In actual practice, it does the opposite of normal copyright. Copyright is usually used to restrict access to some work. A public domain work can be accessed to anyone, but, as it evolves, future contributors can restrict access to it. A GPL work remains accessible to everyone in perpetuity, not just from a legal standpoint but also from a practical standpoint (no need to reverse engineer or disassemble). Not only are you allowed to use the work, but also nobody is allowed to stop you from using it in any form. It really is on the opposite side of the spectrum from normal copyright (we can imagine public domain to be the midpoint).

In the FSF's perfect world, the GPL would not be necessary. Instead, you would be able to access and modify all your software without restriction. The GPL is just a clever way of creating and enforcing such a world without changing existing legislature.

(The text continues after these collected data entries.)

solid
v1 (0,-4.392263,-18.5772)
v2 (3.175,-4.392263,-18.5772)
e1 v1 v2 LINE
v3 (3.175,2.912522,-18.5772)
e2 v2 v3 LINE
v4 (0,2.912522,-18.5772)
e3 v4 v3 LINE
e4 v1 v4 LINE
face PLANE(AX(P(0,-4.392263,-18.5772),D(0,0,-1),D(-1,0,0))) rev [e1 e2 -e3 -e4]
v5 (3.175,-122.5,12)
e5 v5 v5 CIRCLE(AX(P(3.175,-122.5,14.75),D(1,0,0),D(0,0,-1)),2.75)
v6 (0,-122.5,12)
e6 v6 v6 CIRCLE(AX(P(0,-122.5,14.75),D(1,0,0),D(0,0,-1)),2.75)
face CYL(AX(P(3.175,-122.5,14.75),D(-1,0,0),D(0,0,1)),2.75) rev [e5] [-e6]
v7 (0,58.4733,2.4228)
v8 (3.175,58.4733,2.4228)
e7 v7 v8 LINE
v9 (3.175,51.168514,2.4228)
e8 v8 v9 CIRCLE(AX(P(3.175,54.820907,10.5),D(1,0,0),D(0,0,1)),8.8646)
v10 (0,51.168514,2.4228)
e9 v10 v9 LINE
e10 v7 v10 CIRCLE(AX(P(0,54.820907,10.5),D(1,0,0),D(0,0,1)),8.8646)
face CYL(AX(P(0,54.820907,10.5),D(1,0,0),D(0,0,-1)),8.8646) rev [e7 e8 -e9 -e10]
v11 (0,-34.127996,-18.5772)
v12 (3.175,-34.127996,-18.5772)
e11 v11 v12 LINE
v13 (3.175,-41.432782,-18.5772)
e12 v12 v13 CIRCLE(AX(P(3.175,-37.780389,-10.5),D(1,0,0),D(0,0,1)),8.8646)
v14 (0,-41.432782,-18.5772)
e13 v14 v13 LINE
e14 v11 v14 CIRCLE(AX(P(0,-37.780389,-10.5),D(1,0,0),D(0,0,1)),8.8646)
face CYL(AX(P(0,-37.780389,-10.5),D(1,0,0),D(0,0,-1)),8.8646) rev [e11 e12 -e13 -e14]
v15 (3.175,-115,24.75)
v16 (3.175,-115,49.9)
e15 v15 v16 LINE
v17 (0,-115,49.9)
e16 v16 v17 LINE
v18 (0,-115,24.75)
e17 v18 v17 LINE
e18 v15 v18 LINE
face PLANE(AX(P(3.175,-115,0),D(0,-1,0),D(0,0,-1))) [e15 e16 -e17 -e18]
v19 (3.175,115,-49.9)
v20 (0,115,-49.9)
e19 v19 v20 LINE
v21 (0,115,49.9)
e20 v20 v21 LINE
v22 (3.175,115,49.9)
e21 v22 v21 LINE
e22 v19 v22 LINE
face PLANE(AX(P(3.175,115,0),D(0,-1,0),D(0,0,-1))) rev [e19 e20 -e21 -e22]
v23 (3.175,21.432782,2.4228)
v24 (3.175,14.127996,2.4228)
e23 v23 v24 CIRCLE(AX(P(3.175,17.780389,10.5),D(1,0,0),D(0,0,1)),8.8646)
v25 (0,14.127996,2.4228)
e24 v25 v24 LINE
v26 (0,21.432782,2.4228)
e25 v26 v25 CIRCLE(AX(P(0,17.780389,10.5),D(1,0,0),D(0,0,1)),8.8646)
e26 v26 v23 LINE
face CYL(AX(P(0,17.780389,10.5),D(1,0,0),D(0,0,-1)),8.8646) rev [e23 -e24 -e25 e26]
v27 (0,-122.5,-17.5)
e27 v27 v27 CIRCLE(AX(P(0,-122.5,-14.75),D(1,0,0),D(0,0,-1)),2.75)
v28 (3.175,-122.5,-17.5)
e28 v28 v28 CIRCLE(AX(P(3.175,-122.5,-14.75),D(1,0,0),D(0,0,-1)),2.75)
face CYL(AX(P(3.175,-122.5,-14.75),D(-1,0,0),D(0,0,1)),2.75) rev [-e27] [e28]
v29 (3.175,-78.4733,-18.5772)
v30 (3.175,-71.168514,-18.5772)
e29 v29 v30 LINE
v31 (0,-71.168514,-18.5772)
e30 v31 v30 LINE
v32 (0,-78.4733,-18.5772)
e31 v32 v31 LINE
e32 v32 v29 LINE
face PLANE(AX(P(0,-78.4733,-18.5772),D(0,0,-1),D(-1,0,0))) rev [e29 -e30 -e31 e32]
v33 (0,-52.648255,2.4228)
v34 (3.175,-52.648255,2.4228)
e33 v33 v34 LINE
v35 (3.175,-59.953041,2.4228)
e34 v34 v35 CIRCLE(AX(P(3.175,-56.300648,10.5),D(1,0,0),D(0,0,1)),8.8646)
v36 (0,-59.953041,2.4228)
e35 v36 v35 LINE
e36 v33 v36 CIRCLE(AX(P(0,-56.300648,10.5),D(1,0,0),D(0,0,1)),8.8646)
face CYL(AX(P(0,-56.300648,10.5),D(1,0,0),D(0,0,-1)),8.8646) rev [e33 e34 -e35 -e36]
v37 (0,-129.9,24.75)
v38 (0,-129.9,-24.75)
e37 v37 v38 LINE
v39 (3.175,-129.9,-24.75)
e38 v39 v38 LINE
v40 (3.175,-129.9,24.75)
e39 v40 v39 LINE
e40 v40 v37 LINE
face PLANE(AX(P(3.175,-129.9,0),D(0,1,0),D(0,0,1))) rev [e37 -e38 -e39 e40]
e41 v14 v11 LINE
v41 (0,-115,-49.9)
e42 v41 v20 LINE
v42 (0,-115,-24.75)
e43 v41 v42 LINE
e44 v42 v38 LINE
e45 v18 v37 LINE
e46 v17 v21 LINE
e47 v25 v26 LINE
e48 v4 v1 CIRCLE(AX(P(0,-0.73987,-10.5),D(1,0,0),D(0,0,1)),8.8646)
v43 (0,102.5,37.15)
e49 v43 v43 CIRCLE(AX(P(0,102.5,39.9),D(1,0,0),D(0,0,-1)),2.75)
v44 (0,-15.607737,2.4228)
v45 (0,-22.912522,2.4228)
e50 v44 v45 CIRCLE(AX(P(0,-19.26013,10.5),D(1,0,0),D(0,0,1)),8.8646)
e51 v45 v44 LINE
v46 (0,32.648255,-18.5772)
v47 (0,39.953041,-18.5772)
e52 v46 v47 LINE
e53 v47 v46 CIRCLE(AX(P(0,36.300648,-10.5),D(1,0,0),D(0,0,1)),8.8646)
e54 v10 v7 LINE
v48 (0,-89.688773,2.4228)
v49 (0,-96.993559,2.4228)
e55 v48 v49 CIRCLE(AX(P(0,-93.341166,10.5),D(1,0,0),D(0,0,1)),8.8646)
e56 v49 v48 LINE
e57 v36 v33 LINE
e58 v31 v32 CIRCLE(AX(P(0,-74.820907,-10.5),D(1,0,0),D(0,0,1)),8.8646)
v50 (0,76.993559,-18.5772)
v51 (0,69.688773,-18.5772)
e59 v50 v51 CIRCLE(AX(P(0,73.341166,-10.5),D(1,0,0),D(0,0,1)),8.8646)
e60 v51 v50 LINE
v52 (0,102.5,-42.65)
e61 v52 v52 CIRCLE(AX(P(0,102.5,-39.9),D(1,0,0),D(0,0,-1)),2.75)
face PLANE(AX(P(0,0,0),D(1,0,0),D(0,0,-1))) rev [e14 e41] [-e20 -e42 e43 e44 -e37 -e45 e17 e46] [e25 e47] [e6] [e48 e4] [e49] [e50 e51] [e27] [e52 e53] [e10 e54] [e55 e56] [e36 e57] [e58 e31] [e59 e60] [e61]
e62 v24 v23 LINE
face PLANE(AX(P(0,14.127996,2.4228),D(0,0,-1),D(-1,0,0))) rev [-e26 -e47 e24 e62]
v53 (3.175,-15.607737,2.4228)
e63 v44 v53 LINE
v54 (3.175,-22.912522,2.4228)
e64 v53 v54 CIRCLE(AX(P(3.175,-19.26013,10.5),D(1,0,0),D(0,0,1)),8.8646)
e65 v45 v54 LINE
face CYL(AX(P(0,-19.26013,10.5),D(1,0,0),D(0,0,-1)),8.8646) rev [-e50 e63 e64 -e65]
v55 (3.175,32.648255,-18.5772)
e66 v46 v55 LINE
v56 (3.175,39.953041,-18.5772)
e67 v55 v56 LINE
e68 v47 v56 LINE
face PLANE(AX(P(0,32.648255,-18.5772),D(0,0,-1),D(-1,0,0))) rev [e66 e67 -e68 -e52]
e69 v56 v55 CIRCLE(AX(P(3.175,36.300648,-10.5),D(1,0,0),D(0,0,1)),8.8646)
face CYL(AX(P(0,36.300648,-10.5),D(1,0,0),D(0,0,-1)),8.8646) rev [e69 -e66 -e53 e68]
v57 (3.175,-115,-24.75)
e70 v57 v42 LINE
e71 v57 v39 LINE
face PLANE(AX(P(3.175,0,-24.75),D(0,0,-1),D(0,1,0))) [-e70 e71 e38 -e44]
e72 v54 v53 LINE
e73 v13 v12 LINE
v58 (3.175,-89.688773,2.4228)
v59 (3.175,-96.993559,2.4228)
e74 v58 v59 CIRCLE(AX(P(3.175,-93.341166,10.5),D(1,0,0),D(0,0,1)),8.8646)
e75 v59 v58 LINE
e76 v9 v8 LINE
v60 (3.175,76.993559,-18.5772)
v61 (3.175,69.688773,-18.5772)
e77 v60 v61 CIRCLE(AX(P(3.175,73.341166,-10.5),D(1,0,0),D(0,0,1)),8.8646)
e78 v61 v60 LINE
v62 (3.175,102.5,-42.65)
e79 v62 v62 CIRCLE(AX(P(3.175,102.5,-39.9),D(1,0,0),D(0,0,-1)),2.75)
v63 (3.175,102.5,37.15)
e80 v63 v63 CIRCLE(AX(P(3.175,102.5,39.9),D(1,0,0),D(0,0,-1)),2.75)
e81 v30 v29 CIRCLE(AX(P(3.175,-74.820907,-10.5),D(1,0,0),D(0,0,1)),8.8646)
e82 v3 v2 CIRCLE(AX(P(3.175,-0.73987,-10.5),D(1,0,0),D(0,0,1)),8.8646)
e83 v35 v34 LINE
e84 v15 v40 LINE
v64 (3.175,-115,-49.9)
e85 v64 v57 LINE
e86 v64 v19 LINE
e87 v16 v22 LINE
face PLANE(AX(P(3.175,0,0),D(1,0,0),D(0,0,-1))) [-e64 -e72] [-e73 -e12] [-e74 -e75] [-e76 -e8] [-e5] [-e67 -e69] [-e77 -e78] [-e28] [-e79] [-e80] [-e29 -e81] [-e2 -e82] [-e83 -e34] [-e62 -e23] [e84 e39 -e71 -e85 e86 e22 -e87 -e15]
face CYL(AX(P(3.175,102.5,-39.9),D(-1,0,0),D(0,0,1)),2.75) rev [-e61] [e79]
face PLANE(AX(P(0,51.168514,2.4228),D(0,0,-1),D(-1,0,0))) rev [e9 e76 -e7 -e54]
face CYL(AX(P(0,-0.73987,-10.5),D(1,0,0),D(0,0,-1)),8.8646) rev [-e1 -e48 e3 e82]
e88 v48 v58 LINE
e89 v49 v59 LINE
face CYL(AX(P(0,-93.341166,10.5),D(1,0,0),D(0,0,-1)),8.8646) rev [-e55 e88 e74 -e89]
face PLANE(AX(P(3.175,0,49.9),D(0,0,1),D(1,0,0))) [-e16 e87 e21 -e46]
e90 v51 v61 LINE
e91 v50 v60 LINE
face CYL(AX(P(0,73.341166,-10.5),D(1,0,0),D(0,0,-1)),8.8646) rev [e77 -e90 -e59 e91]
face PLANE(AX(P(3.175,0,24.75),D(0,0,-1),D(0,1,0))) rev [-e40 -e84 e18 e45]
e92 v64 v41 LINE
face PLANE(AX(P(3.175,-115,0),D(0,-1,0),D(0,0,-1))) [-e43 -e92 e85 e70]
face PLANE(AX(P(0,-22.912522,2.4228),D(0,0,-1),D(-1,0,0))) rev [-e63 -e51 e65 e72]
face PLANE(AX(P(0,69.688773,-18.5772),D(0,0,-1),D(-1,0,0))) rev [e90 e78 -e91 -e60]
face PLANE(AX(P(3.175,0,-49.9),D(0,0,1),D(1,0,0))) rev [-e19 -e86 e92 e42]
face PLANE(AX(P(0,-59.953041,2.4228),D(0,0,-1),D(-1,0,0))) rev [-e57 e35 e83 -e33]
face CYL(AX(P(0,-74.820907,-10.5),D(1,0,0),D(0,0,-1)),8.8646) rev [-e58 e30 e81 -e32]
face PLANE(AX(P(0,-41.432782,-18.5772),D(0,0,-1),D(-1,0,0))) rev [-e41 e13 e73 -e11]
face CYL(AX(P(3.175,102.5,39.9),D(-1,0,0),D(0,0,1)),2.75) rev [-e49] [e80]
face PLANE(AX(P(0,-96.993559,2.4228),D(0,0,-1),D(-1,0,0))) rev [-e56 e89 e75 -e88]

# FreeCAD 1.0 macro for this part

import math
import FreeCAD as App
import Part
import Sketcher
from FreeCAD import Vector
Q = App.Units.Quantity

doc = App.newDocument("Part")
body = doc.addObject("PartDesign::Body", "Body")

sketch1 = body.newObject("Sketcher::SketchObject", "Sketch")
sketch1.AttachmentSupport = (doc.getObject("YZ_Plane"), [""])
sketch1.MapMode = "FlatFace"
sketch1.addGeometry(Part.LineSegment(Vector(-129.9, 24.8, 0), Vector(-129.9, -24.8, 0)), False)
sketch1.addGeometry(Part.LineSegment(Vector(-129.9, -24.8, 0), Vector(-115, -24.8, 0)), False)
sketch1.addGeometry(Part.LineSegment(Vector(-115, -24.8, 0), Vector(-115, -49.9, 0)), False)
sketch1.addGeometry(Part.LineSegment(Vector(-115, -49.9, 0), Vector(115, -49.9, 0)), False)
sketch1.addGeometry(Part.LineSegment(Vector(115, -49.9, 0), Vector(115, 49.9, 0)), False)
sketch1.addGeometry(Part.LineSegment(Vector(115, 49.9, 0), Vector(-115, 49.9, 0)), False)
sketch1.addGeometry(Part.LineSegment(Vector(-115, 49.9, 0), Vector(-115, 24.8, 0)), False)
sketch1.addGeometry(Part.LineSegment(Vector(-115, 24.8, 0), Vector(-129.9, 24.8, 0)), False)
sketch1.addGeometry(Part.Circle(Vector(-122.5, -14.8, 0), Vector(0, 0, 1), 2.8), False)
sketch1.addGeometry(Part.Circle(Vector(-122.5, 14.8, 0), Vector(0, 0, 1), 2.8), False)
sketch1.addGeometry(Part.Circle(Vector(102.5, 39.9, 0), Vector(0, 0, 1), 2.8), False)
sketch1.addGeometry(Part.Circle(Vector(102.5, -39.9, 0), Vector(0, 0, 1), 2.8), False)
sketch1.addConstraint(Sketcher.Constraint("Coincident", 0, 2, 1, 1))
sketch1.addConstraint(Sketcher.Constraint("Coincident", 1, 2, 2, 1))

Also, "intellectual property" is an unfortunate and rather loaded term. For one, it covers several distinct concepts like copyright, patents and trademarks which all behave differently and have different ramifications. Secondly, it presents a false parallel to real property. Whatever you think of Stallman's ideology, you have to admit he is a good writer (certainly infinitely better than I am) and very clear; here is his case against the term "intellectual property": http://www.gnu.org/philosophy/not-ipr.html

A final note: while the general software community is divided on patents and copyright, I don't think most people are against trademark law. If anything, trademark law is about fraud--you're not allowed to lie to customers about being affiliated with a known, existing brand. I suspect most people arguing for copyright and patent reform are fundamentally fine with trademark law as is, or want minor changes to it at most.




Normal copyright gives an author a "bundle of rights" that they may license how they want or declare to be in the public domain. Even if you classify the GPL as "copyleft, not copyright" or "legal judo," I don't think it works opposite of the way that normal copyright does. In a world where everything was public domain it would still be possible to circumvent GPL's source code distribution provisions.

There is one part of copyright that might run counter to the GPL, however, and that is the right of an author to reclaim copyright after 35 years. If the right applies (i.e. not a work legally classed as work for hire) it cannot be revoked, even by the author, until the 35 year term is nearly over. This right is generally a good thing, but might be a bit messy or disruptive if someone who wrote old UNIX IP decides to try to reclaim their work.

Unfortunate or not, intellectual property is a term of art at this point. However, connotation can differ from denotation, and it often does in law.